In the first part, we develop the multiple hypotheses based motion compensation for the learning-based video compression, in an effort to enhance the motion compensation efficiency by providing diverse hypotheses with efficient temporal information fusion. The multiple hypotheses module is proposed to provide various hypotheses inferences from the reference frame and the hypotheses attention module is adopted to achieve more copious utilization of the multiple hypotheses. Extensive experiments show that the proposed method can significantly improve the rate-distortion performance of learning-based video compression.
In the second part, we propose an online learning scheme with optimal compact representation and hierarchical rate-distortion optimization for learning-based video compression. Specifically, the online refinement on the latent representation for each frame is introduced to obtain the optimal compact representation. Moreover, the hierarchical rate-distortion optimization is proposed to pursue higher compression efficiency, where the hierarchical weights are used for successive frames. Experimental results demonstrate that the proposed scheme can achieve admirable coding gains and outperform the state-of-the-art learning-based video compression approach.
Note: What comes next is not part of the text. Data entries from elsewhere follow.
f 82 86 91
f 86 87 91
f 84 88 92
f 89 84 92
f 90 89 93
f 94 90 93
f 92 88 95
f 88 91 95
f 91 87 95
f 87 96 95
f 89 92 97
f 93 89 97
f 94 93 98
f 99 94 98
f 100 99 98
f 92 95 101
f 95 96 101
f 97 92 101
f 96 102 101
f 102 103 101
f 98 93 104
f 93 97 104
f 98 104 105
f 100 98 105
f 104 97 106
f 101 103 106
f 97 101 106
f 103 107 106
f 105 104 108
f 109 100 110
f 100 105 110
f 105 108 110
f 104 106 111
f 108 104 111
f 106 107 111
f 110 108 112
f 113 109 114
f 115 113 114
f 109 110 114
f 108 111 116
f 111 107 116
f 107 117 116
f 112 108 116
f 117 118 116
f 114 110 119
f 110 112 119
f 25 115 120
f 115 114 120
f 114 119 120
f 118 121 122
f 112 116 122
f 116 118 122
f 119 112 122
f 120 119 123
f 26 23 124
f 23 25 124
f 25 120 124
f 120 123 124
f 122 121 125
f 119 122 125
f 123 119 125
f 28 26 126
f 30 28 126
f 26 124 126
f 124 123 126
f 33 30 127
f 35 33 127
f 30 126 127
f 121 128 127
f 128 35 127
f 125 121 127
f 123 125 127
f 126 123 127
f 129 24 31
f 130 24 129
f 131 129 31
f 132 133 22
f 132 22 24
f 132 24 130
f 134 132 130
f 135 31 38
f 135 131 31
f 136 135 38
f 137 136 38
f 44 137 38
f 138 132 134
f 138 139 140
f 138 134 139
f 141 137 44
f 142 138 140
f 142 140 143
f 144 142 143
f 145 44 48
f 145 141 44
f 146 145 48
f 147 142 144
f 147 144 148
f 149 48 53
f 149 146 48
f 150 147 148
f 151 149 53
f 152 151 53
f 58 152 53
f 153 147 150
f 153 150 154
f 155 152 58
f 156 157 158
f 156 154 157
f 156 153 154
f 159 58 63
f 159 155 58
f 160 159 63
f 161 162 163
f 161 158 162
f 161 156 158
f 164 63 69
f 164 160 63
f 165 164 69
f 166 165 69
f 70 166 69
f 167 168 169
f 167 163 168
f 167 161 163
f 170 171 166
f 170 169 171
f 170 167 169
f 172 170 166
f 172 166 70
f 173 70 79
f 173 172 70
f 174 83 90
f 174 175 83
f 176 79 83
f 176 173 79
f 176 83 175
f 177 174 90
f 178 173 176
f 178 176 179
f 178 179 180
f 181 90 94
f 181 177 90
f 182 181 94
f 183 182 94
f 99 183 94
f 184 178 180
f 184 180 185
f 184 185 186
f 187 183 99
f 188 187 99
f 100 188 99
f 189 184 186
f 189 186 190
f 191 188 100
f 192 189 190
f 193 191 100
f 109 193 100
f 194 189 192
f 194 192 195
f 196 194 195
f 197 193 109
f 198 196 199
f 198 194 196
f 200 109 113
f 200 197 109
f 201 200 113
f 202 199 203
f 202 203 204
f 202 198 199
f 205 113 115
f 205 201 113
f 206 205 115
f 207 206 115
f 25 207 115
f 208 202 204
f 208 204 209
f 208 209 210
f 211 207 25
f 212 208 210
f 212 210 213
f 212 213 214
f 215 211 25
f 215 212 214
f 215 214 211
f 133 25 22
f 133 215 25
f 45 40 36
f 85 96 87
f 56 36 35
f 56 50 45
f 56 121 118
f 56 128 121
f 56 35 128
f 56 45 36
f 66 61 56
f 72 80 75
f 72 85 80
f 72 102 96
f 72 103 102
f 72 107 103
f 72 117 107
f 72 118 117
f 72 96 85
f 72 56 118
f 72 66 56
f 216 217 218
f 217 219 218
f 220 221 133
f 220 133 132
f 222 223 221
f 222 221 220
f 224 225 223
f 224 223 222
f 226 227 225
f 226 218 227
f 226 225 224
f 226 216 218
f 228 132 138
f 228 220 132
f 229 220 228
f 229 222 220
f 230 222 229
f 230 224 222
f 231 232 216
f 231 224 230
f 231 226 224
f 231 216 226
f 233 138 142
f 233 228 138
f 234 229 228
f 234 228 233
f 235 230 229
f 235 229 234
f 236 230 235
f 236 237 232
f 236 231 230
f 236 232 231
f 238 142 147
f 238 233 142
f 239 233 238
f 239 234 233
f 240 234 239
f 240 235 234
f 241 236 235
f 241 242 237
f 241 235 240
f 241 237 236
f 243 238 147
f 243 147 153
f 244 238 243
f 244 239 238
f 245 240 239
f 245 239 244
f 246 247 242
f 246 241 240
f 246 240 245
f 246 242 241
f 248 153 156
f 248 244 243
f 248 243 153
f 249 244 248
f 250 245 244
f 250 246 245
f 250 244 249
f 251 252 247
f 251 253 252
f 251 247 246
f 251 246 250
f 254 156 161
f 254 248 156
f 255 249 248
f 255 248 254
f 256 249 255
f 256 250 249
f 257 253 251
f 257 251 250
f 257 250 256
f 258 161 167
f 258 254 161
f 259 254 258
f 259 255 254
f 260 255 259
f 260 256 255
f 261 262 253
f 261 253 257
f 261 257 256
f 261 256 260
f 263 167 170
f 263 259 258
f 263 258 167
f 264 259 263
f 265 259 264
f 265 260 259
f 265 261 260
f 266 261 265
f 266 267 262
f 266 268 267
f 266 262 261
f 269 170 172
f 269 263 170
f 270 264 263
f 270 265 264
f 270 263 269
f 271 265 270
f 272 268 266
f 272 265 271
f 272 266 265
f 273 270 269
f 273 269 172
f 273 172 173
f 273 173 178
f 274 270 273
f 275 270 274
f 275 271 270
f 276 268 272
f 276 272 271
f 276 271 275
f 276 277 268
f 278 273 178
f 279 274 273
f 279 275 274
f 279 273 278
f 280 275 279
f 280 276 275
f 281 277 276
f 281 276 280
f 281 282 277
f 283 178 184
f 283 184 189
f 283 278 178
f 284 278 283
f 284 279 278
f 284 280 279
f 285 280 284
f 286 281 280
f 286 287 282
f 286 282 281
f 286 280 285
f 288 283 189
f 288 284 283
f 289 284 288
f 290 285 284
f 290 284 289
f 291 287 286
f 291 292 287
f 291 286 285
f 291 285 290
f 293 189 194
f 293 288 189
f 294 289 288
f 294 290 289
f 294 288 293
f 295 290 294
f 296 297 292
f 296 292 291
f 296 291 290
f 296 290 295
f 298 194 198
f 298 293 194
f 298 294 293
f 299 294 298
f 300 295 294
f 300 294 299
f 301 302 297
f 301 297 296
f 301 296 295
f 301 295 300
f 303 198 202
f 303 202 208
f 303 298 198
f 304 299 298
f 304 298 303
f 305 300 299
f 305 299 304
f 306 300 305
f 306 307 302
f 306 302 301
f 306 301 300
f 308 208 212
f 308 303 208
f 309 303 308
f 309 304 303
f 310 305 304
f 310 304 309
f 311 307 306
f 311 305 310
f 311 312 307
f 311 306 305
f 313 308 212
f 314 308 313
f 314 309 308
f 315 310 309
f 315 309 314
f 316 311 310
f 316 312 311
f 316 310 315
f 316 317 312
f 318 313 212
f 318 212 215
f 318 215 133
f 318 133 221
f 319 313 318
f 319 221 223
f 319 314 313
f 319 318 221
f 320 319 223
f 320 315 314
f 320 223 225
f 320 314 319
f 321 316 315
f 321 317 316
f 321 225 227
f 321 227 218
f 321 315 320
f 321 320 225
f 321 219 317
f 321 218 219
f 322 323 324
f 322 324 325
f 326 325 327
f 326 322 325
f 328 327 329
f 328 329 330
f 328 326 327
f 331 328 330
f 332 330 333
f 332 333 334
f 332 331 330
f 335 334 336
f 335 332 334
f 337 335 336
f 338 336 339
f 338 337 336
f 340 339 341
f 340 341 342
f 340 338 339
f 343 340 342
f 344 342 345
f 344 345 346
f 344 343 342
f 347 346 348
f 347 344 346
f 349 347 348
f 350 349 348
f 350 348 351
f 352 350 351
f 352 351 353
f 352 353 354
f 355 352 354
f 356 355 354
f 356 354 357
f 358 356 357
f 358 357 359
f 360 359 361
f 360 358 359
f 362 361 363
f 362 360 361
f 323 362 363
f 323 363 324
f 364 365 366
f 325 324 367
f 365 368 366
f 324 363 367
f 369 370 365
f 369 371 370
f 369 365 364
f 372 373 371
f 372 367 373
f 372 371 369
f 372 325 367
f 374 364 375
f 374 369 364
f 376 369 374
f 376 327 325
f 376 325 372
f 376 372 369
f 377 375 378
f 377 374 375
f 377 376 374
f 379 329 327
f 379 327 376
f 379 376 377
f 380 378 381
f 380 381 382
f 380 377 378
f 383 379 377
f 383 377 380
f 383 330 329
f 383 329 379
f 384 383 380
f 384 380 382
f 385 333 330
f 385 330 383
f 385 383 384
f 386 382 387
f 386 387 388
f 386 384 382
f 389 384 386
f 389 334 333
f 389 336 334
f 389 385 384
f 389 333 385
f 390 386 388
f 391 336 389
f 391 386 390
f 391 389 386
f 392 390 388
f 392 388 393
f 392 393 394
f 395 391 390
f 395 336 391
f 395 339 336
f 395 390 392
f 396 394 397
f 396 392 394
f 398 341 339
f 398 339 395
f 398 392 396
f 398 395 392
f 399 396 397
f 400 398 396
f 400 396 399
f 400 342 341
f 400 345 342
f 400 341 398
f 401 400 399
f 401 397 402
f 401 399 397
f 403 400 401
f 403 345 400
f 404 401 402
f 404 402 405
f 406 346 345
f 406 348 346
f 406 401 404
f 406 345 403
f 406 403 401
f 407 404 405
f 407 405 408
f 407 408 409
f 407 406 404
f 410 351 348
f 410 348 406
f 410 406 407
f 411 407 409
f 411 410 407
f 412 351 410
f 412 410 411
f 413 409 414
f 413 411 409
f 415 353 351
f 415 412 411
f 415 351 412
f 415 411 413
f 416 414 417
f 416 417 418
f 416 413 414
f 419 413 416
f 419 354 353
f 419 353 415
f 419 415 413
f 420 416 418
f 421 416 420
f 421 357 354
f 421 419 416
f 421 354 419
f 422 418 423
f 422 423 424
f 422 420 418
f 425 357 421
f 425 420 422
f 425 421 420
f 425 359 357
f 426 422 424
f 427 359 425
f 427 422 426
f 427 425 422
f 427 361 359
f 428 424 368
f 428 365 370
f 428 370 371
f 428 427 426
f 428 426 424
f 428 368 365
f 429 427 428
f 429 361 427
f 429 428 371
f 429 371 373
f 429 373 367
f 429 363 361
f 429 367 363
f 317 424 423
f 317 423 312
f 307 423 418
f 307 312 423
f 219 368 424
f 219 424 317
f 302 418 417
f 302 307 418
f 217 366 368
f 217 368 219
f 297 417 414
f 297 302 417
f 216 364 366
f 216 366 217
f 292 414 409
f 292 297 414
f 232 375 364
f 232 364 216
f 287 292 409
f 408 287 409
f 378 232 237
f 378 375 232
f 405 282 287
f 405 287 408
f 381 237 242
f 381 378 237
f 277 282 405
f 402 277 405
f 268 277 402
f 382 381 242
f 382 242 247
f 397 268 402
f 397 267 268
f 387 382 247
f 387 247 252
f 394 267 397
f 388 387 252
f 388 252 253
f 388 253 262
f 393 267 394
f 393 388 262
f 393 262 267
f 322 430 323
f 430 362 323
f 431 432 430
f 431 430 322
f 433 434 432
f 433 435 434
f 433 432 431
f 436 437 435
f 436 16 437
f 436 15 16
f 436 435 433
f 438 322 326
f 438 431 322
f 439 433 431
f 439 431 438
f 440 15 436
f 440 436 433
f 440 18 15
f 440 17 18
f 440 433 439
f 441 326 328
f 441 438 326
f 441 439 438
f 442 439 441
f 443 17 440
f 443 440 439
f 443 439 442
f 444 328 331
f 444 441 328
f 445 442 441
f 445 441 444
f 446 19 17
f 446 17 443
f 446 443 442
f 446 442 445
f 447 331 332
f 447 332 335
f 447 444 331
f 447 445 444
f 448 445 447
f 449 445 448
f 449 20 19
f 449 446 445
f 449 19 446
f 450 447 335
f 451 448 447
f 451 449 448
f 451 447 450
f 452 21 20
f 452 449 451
In the third part, we present a novel quality enhancement method based on online deep learning with model compression to remove the artifacts induced by video compression. Particularly, a deep model, which absorbs and captures the characteristics of input signals, is produced and updated with the online learning strategy. To efficiently represent the to-be-signaled model information, the deep model compression is adopted by introducing the conv quantization block (CQB) and rate constraints on residue. Moreover, the rate-utility optimization is employed to select the optimal model for guaranteeing the overall performance. Extensive experiments show that our method can significantly improve the quality of compressed video.
In the fourth part, we propose a novel transformer architecture that leverages the advantages of attention mechanism and high-frequency-friendly design to effectively restore the compressed raindrop images at the framework, component, and module levels. Specifically, at the framework level, we integrate relative position multi-head self-attention and convolutional layers into the proposed low-high-frequency transformer (LHFT). At the component level, we utilize high-frequency depth-wise convolution (HFDC) with zero-mean kernels to improve the capability to extract high-frequency features. Finally, at the module level, we introduce a low-high-attention module (LHAM) to adaptively allocate the importance of low and high frequencies for effective fusion. Experimental results demonstrate that the proposed method outperforms the state-of-the-art methods.
Therefore, this thesis studies the learning-based video compression and the enhancement of compressed visual data. The deep learning techniques are systematically and specifically studied to promote the performance of learning video compression and compressed visual data enhancement. Extensive evaluations demonstrate the effectiveness of the proposed methods, which will benefit various practical applications that require efficient transmission, storage, and high quality visual data.